Momentos altos viveram-se domingo, primeiro na igreja matriz de Alpedrinha, outro cenário notável pela beleza e acervo iconográfico (só a imagem do Ecce Homo merece visita), num concerto que teve elemento central "o orgão ibérico, exemplar do final do séc. XVIII", que foi "construído por Joaquim António Peres Fontanes, um dos mais importantes organeiros portugueses da época, que construiu, entre outros, três dos seis orgãos da Basílica de Mafra". Além de canto gregoriano, foram interpretadas obras de Carlos Seixas, Diogo Dias de Melgás, João de Sousa Carvalho e João Rodrigues Esteves.
Sinal de como o Festival entrou no coração do público foi o ambiente de apoteose e vibração que rodeou o último concerto, "Tourdion - Um duelo musical", onde o virtuosismo dos músicos  motivou extensos aplausos.
Não citei o numeroso grupo de intérpretes que, ao longo do fim-de-semana, enriqueceram o convívio com a "nossa companheira música", como diria Fernando Lopes Graça. Mas cito, de justiça, o construtor deste Festival, Pedro Rafael Costa, pela forma como montou e programou este II Festival de Música de Castelo Nova.
Há um poema de Eugénio de Andrade que fala da "poesia nas asas do vento e do sol". Desta fez, foi a música que voou nas "assas do vento e do sol" e iluminou o tempo. Por momentos, suspensos dela, tudo parecia claro e feliz.

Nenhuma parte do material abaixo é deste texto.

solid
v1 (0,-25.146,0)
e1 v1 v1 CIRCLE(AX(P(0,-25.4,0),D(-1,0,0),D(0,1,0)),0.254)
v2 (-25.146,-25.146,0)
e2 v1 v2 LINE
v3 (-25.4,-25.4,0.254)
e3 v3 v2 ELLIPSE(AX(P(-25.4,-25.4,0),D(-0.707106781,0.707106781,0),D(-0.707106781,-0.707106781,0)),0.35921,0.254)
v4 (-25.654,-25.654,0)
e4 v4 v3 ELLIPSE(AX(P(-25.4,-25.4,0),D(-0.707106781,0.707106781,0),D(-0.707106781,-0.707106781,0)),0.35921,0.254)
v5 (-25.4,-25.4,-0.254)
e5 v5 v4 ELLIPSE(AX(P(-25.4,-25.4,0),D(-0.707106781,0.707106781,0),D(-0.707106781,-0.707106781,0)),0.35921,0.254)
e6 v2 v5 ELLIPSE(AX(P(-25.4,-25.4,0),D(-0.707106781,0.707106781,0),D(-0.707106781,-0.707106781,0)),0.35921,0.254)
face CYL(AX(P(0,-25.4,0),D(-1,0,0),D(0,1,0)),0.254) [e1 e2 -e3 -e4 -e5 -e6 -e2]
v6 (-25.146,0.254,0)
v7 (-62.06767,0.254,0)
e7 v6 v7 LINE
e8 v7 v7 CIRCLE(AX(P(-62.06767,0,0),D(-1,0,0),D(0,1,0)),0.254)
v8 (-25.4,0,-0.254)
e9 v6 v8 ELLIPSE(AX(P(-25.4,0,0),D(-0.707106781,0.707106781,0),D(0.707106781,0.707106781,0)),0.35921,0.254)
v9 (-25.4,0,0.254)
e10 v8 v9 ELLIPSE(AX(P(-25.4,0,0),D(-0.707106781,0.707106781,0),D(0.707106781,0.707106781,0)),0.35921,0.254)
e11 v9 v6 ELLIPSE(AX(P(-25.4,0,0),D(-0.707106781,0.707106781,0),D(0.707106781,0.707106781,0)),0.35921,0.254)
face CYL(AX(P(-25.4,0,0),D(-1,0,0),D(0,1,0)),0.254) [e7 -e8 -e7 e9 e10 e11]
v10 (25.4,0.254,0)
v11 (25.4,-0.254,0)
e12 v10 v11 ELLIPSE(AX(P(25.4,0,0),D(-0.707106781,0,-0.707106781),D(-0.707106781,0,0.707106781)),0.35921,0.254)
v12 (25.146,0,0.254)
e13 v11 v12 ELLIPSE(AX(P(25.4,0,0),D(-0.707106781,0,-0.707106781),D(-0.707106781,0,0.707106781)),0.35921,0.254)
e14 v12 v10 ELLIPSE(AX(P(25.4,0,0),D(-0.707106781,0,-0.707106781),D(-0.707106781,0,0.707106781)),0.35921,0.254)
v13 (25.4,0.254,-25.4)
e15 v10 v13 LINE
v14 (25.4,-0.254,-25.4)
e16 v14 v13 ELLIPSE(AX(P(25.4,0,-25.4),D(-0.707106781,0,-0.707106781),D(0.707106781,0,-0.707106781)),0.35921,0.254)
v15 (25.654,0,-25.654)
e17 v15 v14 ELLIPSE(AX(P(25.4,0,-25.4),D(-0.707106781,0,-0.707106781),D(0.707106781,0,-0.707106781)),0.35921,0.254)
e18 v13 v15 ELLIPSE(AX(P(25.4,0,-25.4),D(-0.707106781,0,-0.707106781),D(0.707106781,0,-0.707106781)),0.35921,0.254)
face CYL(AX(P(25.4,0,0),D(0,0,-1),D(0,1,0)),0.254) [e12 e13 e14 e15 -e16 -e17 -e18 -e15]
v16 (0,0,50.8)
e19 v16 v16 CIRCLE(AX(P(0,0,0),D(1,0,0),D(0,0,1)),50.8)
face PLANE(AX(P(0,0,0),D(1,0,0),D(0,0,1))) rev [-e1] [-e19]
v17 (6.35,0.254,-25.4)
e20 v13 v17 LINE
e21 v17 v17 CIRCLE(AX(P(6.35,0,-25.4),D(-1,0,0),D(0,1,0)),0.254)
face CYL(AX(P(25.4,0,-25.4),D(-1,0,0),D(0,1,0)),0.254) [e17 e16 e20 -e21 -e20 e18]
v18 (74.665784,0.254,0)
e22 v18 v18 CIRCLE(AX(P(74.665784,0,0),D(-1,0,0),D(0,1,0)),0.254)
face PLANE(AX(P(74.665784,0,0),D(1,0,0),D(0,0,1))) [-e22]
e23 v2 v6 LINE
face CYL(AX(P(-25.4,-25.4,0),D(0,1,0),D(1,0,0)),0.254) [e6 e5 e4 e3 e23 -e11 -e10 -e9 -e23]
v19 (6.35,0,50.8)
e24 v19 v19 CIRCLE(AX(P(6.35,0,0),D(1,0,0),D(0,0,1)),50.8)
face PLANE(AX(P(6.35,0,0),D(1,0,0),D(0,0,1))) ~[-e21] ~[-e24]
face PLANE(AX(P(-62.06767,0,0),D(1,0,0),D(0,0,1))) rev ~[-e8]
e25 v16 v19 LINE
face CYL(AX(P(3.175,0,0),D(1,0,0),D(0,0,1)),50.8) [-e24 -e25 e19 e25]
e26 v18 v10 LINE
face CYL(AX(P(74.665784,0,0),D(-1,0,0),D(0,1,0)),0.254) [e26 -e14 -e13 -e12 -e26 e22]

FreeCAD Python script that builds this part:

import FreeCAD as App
import Part
import Sketcher
from FreeCAD import Vector
Q = App.Units.Quantity


def add_polygon(sketch, points):
    """Adds a closed chain of lines whose ends are joined by coincident constraints."""
    first, n = sketch.GeometryCount, len(points)
    for a, b in zip(points, points[1:] + points[:1]):
        sketch.addGeometry(Part.LineSegment(App.Vector(*a, 0), App.Vector(*b, 0)), False)
    for i in range(n):
        sketch.addConstraint(Sketcher.Constraint("Coincident", first + i, 2, first + (i + 1) % n, 1))

doc = App.newDocument("Part")
body = doc.addObject("PartDesign::Body", "Body")

sketch1 = body.newObject("Sketcher::SketchObject", "Sketch")
sketch1.AttachmentSupport = (doc.getObject("XZ_Plane"), [""])
sketch1.MapMode = "FlatFace"
add_polygon(sketch1, [(0, 51), (0, 0), (6, 0), (6, 51)])
sketch1.addConstraint([
    Sketcher.Constraint("Vertical", 0),
    Sketcher.Constraint("Horizontal", 1),
    Sketcher.Constraint("Vertical", 2),
    Sketcher.Constraint("Horizontal", 3),
    Sketcher.Constraint("Coincident", 0, 2, -1, 1),
    Sketcher.Constraint("DistanceY", 0, 2, 0, 1, Q("2 in")),
    Sketcher.Constraint("DistanceX", 1, 1, 1, 2, Q("0.25 in")),
])
revolution = body.newObject("PartDesign::Revolution", "Revolution")
revolution.Profile = sketch1
revolution.ReferenceAxis = (sketch1, ["H_Axis"])
revolution.Angle = 360

sketch2 = body.newObject("Sketcher::SketchObject", "Sketch001")
sketch2.AttachmentSupport = (doc.getObject("YZ_Plane"), [""])
sketch2.MapMode = "FlatFace"
sketch2.AttachmentOffset = App.Placement(Vector(0, 0, -1.3 * 25.4), App.Rotation())
sketch2.addGeometry(Part.Circle(Vector(0, 0, 0), Vector(0, 0, 1), 0.25), False)
sketch2.addConstraint([
    Sketcher.Constraint("Coincident", 0, 3, -1, 1),
    Sketcher.Constraint("Diameter", 0, Q("0.02 in")),
])

sketch3 = body.newObject("Sketcher::SketchObject", "Sketch002")
sketch3.AttachmentSupport = (doc.getObject("XY_Plane"), [""])
sketch3.MapMode = "FlatFace"
sketch3.addGeometry([
    Part.LineSegment(Vector(0, -25, 0), Vector(-25, -25, 0)),
    Part.LineSegment(Vector(-25, -25, 0), Vector(-25, 0, 0)),
    Part.LineSegment(Vector(-25, 0, 0), Vector(-62, 0, 0)),
], False)
sketch3.addConstraint([
    Sketcher.Constraint("Coincident", 0, 2, 1, 1),
    Sketcher.Constraint("Coincident", 1, 2, 2, 1),
    Sketcher.Constraint("Horizontal", 0),
    Sketcher.Constraint("Vertical", 1),
    Sketcher.Constraint("Horizontal", 2),
    Sketcher.Constraint("PointOnObject", 0, 1, -2),
    Sketcher.Constraint("PointOnObject", 1, 2, -1),
    Sketcher.Constraint("Equal", 0, 1),
    Sketcher.Constraint("DistanceX", 0, 2, 0, 1, Q("1 in")),
    Sketcher.Constraint("DistanceX", 2, 2, 2, 1, Q("36.66767 mm")),
])
doc.recompute()

additivepipe = body.newObject("PartDesign::AdditivePipe", "AdditivePipe")
additivepipe.Profile = sketch2
additivepipe.Spine = (sketch3, ["Edge1", "Edge2", "Edge3"])
additivepipe.Transition = "Right corner"

sketch4 = body.newObject("Sketcher::SketchObject", "Sketch003")
sketch4.AttachmentSupport = (doc.getObject("YZ_Plane"), [""])
sketch4.MapMode = "FlatFace"
sketch4.AttachmentOffset = App.Placement(Vector(0, 0, 1.3 * 25.4), App.Rotation())
sketch4.addGeometry(Part.Circle(Vector(0, 0, 0), Vector(0, 0, 1), 0.25), False)
sketch4.addConstraint([
    Sketcher.Constraint("Coincident", 0, 3, -1, 1),
    Sketcher.Constraint("Diameter", 0, Q("0.02 in")),
])

sketch5 = body.newObject("Sketcher::SketchObject", "Sketch004")
sketch5.AttachmentSupport = (doc.getObject("XZ_Plane"), [""])
sketch5.MapMode = "FlatFace"
sketch5.addGeometry([
    Part.LineSegment(Vector(75, 0, 0), Vector(25, 0, 0)),
    Part.LineSegment(Vector(25, 0, 0), Vector(25, -25, 0)),
    Part.LineSegment(Vector(25, -25, 0), Vector(0, -25, 0)),
], False)
sketch5.addConstraint([
    Sketcher.Constraint("Coincident", 0, 2, 1, 1),
    Sketcher.Constraint("Coincident", 1, 2, 2, 1),
    Sketcher.Constraint("Horizontal", 0),
    Sketcher.Constraint("Vertical", 1),
    Sketcher.Constraint("Horizontal", 2),
    Sketcher.Constraint("PointOnObject", 0, 1, -1),
    Sketcher.Constraint("PointOnObject", 2, 2, -2),
    Sketcher.Constraint("Equal", 2, 1),
    Sketcher.Constraint("DistanceX", 2, 2, 2, 1, Q("1 in")),
    Sketcher.Constraint("DistanceX", 0, 2, 0, 1, Q("49.265784 mm")),
])
doc.recompute()

additivepipe2 = body.newObject("PartDesign::AdditivePipe", "AdditivePipe001")
additivepipe2.Profile = sketch4
additivepipe2.Spine = (sketch5, ["Edge1", "Edge2", "Edge3"])
additivepipe2.Transition = "Right corner"

doc.recompute()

domingo, 27 de julho de 2014

UM HERÓI DISCRETO DAS MINAS



Há memórias de pequenos e grandes momentos, de acontecimentos que a história arquiva como maiores, mas a vida, como dizia o poema e a canção do Sérgio Godinho, é feita de pequenos nadas. E, no entanto, o quotidiano regista instantes sublimes de coerência e de luta, às vezes de resistência, de gente comum que se torna singular precisamente pela sua determinação em favor dos outros, pela consciência colectiva em relação aos acontecimentos.
As Minas da Panasqueira constituem um território de memórias, fértil, muito fértil, em que a exemplaridade de comportamentos, individual e colectivamente, assume uma história muito rica. Gente, rostos, que fizeram do grande complexo mineiro uma bastião de lutas sindicais. Eu vivi muito, como jornalista, essa saga, como antes gravara na memória o peso da silicose que fez de muitas terras do Zêzere, aldeias de viúvas. Leio hoje, no "Público", uma entrevista feita ao Prémio Nobel da Literatura, Mário Vargas Llosa, e recolho do grande escritor peruano a seguinte frase: "Os heróis discretos são a grande reserva moral de um país". Leio e penso que muitos, muitíssimos, desses heróis podem ser encontrados, por exemplo, nos conflitos laborais e nas greves que, nos anos 80, fizeram da Panasqueira as Minas da Ira e um caso exemplar de resistência contra a prepotência da multinacional estrangeira.
Falo destas geografias particulares, que se situam à margem das grandes coisas, porque me disseram, há dias, que tinha morrido o Diniz Moreno, enfermeiro no complexo das Minas e que integrou, com exemplar dignidade, a comissão intersindical das Minas da Panasqueira que desenvolveu essas grandes batalhas das "terras do sem fim". Vindo da Beira Alta, aqui fez a sua vida profissional. Nos meandros dessas lutas falei muito com ele e tornei-me seu amigo. Apreciava nele a serenidade com que lia os acontecimentos, às vezes povoados de radicalidade, mas o carácter moldou nele uma firmeza e uma coerência que todos os seus camaradas respeitavam. Disse-me muitas vezes que a Mina lhe ensinara que a solidariedade e a fraternidade eram coisas demasiado sérias, que as circunstâncias -- mesmo pessoais -- não podiam pôr em causa. Aquela comissão intersindical, de que o Moreno fez parte, é um quadro de honra feito de rostos e de nomes. Com ele falei das questões de saúde dentro da mina, do ónus socialmente pesado que era a memória da silicose, das viagens trágico-terrestres ao interior da mina. E agora, que o Diniz Moreno partiu, julgo foi desses heróis discretos de que falava Vargas Llosa. Não sei há quantos anos não o via, mas olho para antigamente, para esses dias que abalaram o couto mineiro, e é como se a conversa com ele nunca tivesse terminado. Aquele abraço de saudade, amigo!